Wenzhou (awp/afp) - Elle a jadis revendiqué la couronne de "capitale mondiale de la chaussure". Mais dans les usines de Wenzhou, dans l'est de la Chine, la production peine à redémarrer pour cause d'épidémie: les ouvriers restent bloqués dans leur région d'origine.

En cette période de l'année, l'usine de chaussures Xuda tourne normalement à plein régime, lorsque les salariés, rentrés de leur long congé du Nouvel an chinois, relancent la production.

Mais l'épidémie de Covid-19 a bloqué la belle mécanique du site, qui emploie un millier de travailleurs à Wenzhou, ville côtière orientée export, à environ 450 km au sud de Shanghai.

Seul un tiers de la main d'oeuvre a regagné l'usine, les autres étant bloqués par les restrictions de transport, des mesures de quarantaine, ou bien par la peur de voyager en période de contagion potentielle.

La Chine compte quelque 240 millions de travailleurs migrants, des ruraux employés dans les régions industrialisées de l'est et du sud du pays. Ces derniers rentrent traditionnellement chez eux pour le Nouvel an chinois, tombé cette année le 25 janvier, au tout début des premières mesures de quarantaine imposées au Hubei (centre), le berceau de l'épidémie.

Alors que la pneumonie a contaminé près de 80.000 personnes en Chine, dont près de 3.000 mortellement, il faudra des semaines pour atteindre la capacité de production annuelle de 7 millions de paires chez Xuda, reconnaissent les dirigeants de l'entreprise.

Ville fantôme

La situation est particulièrement tendue à Wenzhou (prononcer "Wenn-djo"), elle-même l'une des cités les plus touchées en dehors du Hubei, avec un mort et 500 cas de contamination pour environ 3 millions d'habitants en zone urbaine. La mairie a imposé début février de strictes mesures de confinement et de restriction de la circulation.

"Les usines qui veulent redémarrer manquent de main d'oeuvre. L'économie de la ville va forcément souffrir", observe Yang Wenjiang, un des dirigeants de Xuda.

"Sans ouvriers, on ne peut pas produire et si on ne peut pas redémarrer, on ne peut pas prendre de commandes", explique-t-il à l'AFP.

Témoin: l'activité manufacturière en Chine est tombée en février à un niveau jamais vu, selon un indicateur publié samedi.

Mais même sans les chiffres, une simple traversée des zones industrielles de Wenzhou, qui a bâti sa réussite, outre la chaussure, sur le prêt-à-porter et la lunetterie, confirme que l'économie chinoise, désormais deuxième du monde, reste largement paralysée.

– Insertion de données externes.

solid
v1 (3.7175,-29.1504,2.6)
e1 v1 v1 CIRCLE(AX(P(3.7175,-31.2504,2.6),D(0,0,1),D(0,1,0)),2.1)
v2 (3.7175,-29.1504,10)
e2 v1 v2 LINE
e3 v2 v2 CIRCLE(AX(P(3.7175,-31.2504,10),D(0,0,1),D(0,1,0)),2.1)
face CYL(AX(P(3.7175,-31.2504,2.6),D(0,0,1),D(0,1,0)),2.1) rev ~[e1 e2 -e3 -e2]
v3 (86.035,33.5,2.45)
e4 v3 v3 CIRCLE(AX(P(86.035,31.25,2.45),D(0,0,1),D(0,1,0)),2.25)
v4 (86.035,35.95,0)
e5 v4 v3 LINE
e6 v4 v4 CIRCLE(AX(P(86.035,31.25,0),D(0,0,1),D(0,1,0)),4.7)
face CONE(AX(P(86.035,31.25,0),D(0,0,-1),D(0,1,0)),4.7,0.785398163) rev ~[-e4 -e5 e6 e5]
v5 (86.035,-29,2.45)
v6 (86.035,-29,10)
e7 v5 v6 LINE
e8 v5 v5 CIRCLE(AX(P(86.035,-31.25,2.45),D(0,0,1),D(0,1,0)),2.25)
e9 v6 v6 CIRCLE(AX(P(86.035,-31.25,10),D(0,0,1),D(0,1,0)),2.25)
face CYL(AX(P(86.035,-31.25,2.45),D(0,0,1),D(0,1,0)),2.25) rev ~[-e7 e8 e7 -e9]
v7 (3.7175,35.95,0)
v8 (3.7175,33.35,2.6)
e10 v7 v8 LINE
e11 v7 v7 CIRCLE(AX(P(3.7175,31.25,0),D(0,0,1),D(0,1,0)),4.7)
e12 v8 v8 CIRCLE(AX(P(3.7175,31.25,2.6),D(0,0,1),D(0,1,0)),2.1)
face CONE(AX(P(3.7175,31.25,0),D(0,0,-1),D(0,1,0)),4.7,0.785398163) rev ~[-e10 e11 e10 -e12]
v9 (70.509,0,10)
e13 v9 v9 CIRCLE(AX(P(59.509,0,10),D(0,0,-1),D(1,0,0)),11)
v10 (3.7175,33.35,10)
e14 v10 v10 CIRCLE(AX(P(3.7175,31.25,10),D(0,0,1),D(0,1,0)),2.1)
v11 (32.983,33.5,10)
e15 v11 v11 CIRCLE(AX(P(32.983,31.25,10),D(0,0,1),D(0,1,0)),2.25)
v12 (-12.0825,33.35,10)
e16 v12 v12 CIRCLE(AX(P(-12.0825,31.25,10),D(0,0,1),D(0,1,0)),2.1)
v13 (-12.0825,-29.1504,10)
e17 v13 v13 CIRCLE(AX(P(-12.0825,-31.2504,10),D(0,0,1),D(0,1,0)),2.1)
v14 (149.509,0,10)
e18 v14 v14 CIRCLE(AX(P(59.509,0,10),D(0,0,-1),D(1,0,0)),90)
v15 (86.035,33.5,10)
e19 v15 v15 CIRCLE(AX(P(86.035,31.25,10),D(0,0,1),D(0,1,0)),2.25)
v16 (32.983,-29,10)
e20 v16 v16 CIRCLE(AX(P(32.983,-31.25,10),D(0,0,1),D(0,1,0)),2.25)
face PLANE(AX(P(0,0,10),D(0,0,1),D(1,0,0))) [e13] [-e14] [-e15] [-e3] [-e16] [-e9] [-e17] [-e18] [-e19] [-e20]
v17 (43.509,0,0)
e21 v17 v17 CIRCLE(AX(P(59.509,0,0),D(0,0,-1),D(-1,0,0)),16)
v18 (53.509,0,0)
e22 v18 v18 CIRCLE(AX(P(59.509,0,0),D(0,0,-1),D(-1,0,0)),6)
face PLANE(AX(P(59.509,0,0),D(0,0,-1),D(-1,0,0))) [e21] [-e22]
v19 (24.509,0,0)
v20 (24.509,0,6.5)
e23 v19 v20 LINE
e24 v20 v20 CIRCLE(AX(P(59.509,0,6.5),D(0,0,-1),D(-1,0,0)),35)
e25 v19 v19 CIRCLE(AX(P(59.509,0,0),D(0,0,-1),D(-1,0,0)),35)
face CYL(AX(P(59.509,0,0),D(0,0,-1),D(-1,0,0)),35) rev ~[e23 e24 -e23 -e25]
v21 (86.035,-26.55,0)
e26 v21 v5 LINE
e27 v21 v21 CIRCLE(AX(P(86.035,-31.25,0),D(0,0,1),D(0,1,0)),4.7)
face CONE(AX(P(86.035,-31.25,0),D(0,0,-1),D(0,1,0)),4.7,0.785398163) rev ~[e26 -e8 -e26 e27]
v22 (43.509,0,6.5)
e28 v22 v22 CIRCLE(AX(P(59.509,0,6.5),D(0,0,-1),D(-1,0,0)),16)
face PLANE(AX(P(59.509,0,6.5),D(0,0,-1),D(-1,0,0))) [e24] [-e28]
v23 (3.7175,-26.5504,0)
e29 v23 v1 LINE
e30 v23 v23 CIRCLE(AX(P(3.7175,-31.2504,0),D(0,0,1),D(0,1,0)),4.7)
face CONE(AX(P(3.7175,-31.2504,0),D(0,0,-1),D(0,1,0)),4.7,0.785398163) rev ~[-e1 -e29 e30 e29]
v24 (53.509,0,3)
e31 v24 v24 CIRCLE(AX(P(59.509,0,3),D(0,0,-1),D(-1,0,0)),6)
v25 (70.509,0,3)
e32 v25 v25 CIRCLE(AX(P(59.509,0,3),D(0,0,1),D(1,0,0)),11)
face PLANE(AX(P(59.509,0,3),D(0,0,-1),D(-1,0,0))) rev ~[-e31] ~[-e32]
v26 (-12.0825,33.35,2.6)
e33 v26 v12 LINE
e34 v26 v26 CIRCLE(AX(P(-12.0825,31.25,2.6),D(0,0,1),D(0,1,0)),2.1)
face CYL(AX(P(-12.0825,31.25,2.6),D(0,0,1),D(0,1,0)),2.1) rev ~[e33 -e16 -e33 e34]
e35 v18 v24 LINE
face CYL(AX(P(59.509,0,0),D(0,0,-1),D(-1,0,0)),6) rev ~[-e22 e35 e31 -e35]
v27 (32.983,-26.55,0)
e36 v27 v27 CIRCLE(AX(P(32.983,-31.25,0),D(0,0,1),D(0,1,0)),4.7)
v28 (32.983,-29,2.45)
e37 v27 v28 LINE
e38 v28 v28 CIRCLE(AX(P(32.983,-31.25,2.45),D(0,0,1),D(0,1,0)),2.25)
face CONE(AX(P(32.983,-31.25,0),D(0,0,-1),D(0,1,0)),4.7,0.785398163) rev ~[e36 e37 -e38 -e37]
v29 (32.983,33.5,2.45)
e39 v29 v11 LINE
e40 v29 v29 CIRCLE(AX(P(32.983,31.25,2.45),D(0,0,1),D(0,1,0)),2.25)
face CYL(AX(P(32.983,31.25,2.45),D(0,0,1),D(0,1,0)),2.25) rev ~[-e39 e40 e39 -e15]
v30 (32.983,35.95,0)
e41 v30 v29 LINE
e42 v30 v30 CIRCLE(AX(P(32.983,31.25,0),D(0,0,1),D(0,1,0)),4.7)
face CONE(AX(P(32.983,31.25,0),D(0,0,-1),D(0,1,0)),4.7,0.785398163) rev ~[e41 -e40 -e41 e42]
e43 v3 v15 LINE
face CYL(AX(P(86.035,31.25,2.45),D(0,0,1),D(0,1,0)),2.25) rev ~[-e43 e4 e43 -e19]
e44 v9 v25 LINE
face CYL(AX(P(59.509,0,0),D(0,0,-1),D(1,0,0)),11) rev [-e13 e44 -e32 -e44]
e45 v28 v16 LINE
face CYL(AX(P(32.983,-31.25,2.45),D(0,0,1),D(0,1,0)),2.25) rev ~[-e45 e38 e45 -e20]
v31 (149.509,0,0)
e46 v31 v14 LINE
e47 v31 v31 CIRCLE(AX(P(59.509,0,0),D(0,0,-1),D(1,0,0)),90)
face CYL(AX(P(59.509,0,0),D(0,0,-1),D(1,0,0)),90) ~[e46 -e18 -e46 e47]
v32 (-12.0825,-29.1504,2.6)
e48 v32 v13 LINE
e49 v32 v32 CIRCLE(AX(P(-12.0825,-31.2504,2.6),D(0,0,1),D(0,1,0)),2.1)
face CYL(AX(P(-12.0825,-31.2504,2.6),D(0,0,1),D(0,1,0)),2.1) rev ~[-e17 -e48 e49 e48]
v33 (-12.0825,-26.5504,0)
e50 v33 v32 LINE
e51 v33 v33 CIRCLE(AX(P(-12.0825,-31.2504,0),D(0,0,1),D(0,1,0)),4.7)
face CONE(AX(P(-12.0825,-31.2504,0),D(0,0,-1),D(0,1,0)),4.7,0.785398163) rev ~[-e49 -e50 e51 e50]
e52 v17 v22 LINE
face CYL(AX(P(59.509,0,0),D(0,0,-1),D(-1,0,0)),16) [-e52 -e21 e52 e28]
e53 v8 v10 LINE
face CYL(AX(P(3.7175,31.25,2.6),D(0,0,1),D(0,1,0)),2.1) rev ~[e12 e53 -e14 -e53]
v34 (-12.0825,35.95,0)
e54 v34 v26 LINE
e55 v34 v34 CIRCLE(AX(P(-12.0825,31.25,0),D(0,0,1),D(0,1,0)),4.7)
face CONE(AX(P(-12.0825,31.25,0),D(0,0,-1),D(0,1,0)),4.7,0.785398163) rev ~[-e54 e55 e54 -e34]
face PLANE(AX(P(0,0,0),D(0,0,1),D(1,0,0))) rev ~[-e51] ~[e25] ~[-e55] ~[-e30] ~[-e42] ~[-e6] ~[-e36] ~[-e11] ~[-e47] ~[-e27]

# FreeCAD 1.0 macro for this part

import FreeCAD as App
import Part
import Sketcher

doc = App.newDocument("Part")
body = doc.addObject("PartDesign::Body", "Body")

sketch1 = body.newObject("Sketcher::SketchObject", "Sketch")
sketch1.AttachmentSupport = (doc.getObject("XY_Plane"), [""])
sketch1.MapMode = "FlatFace"
sketch1.addGeometry([
    Part.Circle(App.Vector(60, 0, 0), App.Vector(0, 0, 1), 90),
    Part.Circle(App.Vector(60, 0, 0), App.Vector(0, 0, 1), 11),
], False)
sketch1.addConstraint([
    Sketcher.Constraint("Coincident", 1, 3, 0, 3),
    Sketcher.Constraint("PointOnObject", 0, 3, -1),
    Sketcher.Constraint("Diameter", 0, 180.0),
    Sketcher.Constraint("Diameter", 1, 22.0),
    Sketcher.Constraint("DistanceX", -1, 1, 0, 3, 59.509),
])
pad1 = body.newObject("PartDesign::Pad", "Pad")
pad1.Profile = sketch1
pad1.Length = 10

sketch2 = body.newObject("Sketcher::SketchObject", "Sketch001")
sketch2.AttachmentSupport = (doc.getObject("XY_Plane"), [""])
sketch2.MapMode = "FlatFace"
sketch2.addGeometry([
    Part.Circle(App.Vector(60, 0, 0), App.Vector(0, 0, 1), 35),
    Part.Circle(App.Vector(60, 0, 0), App.Vector(0, 0, 1), 16),
    Part.Circle(App.Vector(60, 0, 0), App.Vector(0, 0, 1), 11),
], False)
sketch2.addConstraint([
    Sketcher.Constraint("Coincident", 1, 3, 0, 3),
    Sketcher.Constraint("Coincident", 2, 3, 0, 3),
    Sketcher.Constraint("PointOnObject", 0, 3, -1),
    Sketcher.Constraint("Diameter", 0, 70.0),
    Sketcher.Constraint("Diameter", 1, 32.0),
    Sketcher.Constraint("Diameter", 2, 22.0),
    Sketcher.Constraint("DistanceX", -1, 1, 0, 3, 59.509),
])
pocket1 = body.newObject("PartDesign::Pocket", "Pocket")
pocket1.Profile = sketch2
pocket1.Length = 6.5
pocket1.Reversed = True

sketch3 = body.newObject("Sketcher::SketchObject", "Sketch002")
sketch3.AttachmentSupport = (doc.getObject("XY_Plane"), [""])
sketch3.MapMode = "FlatFace"
sketch3.addGeometry([
    Part.Circle(App.Vector(60, 0, 0), App.Vector(0, 0, 1), 11),
    Part.Circle(App.Vector(60, 0, 0), App.Vector(0, 0, 1), 6),
], False)
sketch3.addConstraint([
    Sketcher.Constraint("Coincident", 1, 3, 0, 3),
    Sketcher.Constraint("PointOnObject", 0, 3, -1),
    Sketcher.Constraint("Diameter", 1, 12.0),
    Sketcher.Constraint("Diameter", 0, 22.0),
    Sketcher.Constraint("DistanceX", -1, 1, 0, 3, 59.509),
])
pad2 = body.newObject("PartDesign::Pad", "Pad001")
pad2.Profile = sketch3
pad2.Length = 3

sketch4 = body.newObject("Sketcher::SketchObject", "Sketch003")
sketch4.AttachmentSupport = (doc.getObject("XY_Plane"), [""])
sketch4.MapMode = "FlatFace"
sketch4.addGeometry([
    Part.Circle(App.Vector(-12.1, 31.2, 0), App.Vector(0, 0, 1), 2.1),
    Part.Circle(App.Vector(3.7, 31.2, 0), App.Vector(0, 0, 1), 2.1),
    Part.Circle(App.Vector(-12.1, -31.3, 0), App.Vector(0, 0, 1), 2.1),
    Part.Circle(App.Vector(3.7, -31.3, 0), App.Vector(0, 0, 1), 2.1),
], False)
sketch4.addConstraint([
    Sketcher.Constraint("Equal", 0, 1),
    Sketcher.Constraint("Equal", 1, 2),
    Sketcher.Constraint("Equal", 2, 3),
    Sketcher.Constraint("Symmetric", 0, 3, 2, 3, -1),
    Sketcher.Constraint("Symmetric", 1, 3, 3, 3, -1),
    Sketcher.Constraint("Horizontal", 0, 3, 1, 3),
    Sketcher.Constraint("Diameter", 0, 4.2),
    Sketcher.Constraint("DistanceX", 0, 3, 1, 3, 15.8),
    Sketcher.Constraint("DistanceY", -1, 1, 0, 3, 31.25),
    Sketcher.Constraint("DistanceX", 0, 3, -1, 1, 12.0825),
])
doc.recompute()
hole = body.newObject("PartDesign::Hole", "Hole")
hole.Profile = sketch4
hole.ThreadType = "None"
hole.Diameter = 4.2
hole.DepthType = "ThroughAll"
hole.HoleCutType = "Countersink"
hole.HoleCutDiameter = 9.4
hole.HoleCutCountersinkAngle = 90
hole.Reversed = True

sketch5 = body.newObject("Sketcher::SketchObject", "Sketch004")
sketch5.AttachmentSupport = (doc.getObject("XY_Plane"), [""])
sketch5.MapMode = "FlatFace"
sketch5.addGeometry([
    Part.Circle(App.Vector(86, 31.2, 0), App.Vector(0, 0, 1), 2.2),
    Part.Circle(App.Vector(86, -31.2, 0), App.Vector(0, 0, 1), 2.2),
    Part.Circle(App.Vector(33, -31.2, 0), App.Vector(0, 0, 1), 2.2),
    Part.Circle(App.Vector(33, 31.2, 0), App.Vector(0, 0, 1), 2.2),
], False)
sketch5.addConstraint([
    Sketcher.Constraint("Equal", 0, 1),
    Sketcher.Constraint("Equal", 1, 2),
    Sketcher.Constraint("Equal", 2, 3),
    Sketcher.Constraint("Symmetric", 0, 3, 1, 3, -1),
    Sketcher.Constraint("Symmetric", 2, 3, 3, 3, -1),
    Sketcher.Constraint("Horizontal", 1, 3, 2, 3),
    Sketcher.Constraint("Diameter", 0, 4.5),
    Sketcher.Constraint("DistanceY", 1, 3, 0, 3, 62.5),
    Sketcher.Constraint("DistanceX", -1, 1, 0, 3, 86.035),
    Sketcher.Constraint("DistanceX", -1, 1, 2, 3, 32.983),
])
doc.recompute()
hole2 = body.newObject("PartDesign::Hole", "Hole001")
hole2.Profile = sketch5
hole2.ThreadType = "None"
hole2.Diameter = 4.5
hole2.DepthType = "Dimension"
hole2.Depth = 14.2
hole2.DrillPoint = "Angled"
hole2.DrillPointAngle = 118
hole2.HoleCutType = "Countersink"
hole2.HoleCutDiameter = 9.4
hole2.HoleCutCountersinkAngle = 90
hole2.Reversed = True

doc.recompute()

Le long de "l'avenue Capitale de la chaussure" (c'est son nom), les dizaines d'usines spécialisées dans cette production sont soit fermées soit quasiment à l'arrêt. L'ambiance est celle d'une ville fantôme.

Chez Xuda, l'effectif réduit permet facilement de respecter les règles de sécurité à la cantine: garder ses distances avec les autres ouvriers pour éviter tout risque de contagion.

Ramassage en car

Pour tenter de faire revenir sa main d'oeuvre, l'entreprise a affrété des autocars qui vont récupérer les ouvriers, parfois à plus d'un millier de kilomètres de distance.

C'est le cas de Wang Changwen, 28 ans, heureux d'avoir pu rentrer la semaine dernière de sa lointaine province du Guizhou (sud-ouest).

Les ouvriers qui ne reprennent pas le travail ne sont pas payés -- autant d'argent en moins pour les familles restées à la campagne.

"Dans mon village, les gens sont inquiets. Les revenus sont en baisse", souligne-t-il.

Selon Pékin, la majorité des entreprises industrielles ont repris le travail. Mais des analyses indépendantes affirment que seul un tiers des ouvriers sont de retour au poste.

Avec le retour progressif de la main d'oeuvre, les entrepreneurs se rassurent en se disant que l'impact du virus sur l'économie ne sera que temporaire.

Wang Jin, un des propriétaires d'une usine de lunettes, Azure Eyeglass Company, assure que son usine est déjà revenue à 50% de sa capacité de production et atteindra les 90% à la fin du mois.

"Si nous limitons la casse à 15% de manque à gagner sur l'année, nous serons contents", assure-t-il.

Mais avec la propagation du virus dans le reste du monde, il s'inquiète de voir la demande extérieure plonger.

Chris Schell, directeur Chine de Sourcing Allies, un cabinet suédois qui aide les entreprises à trouver des producteurs en Chine, note que l'épidémie pourrait dissuader les acheteurs de se rendre dans le pays pour passer commande.

Mais le repli devrait être de courte durée: la Chine "est tellement axée sur la réussite qu'un voyage en moins ne la fera pas trébucher".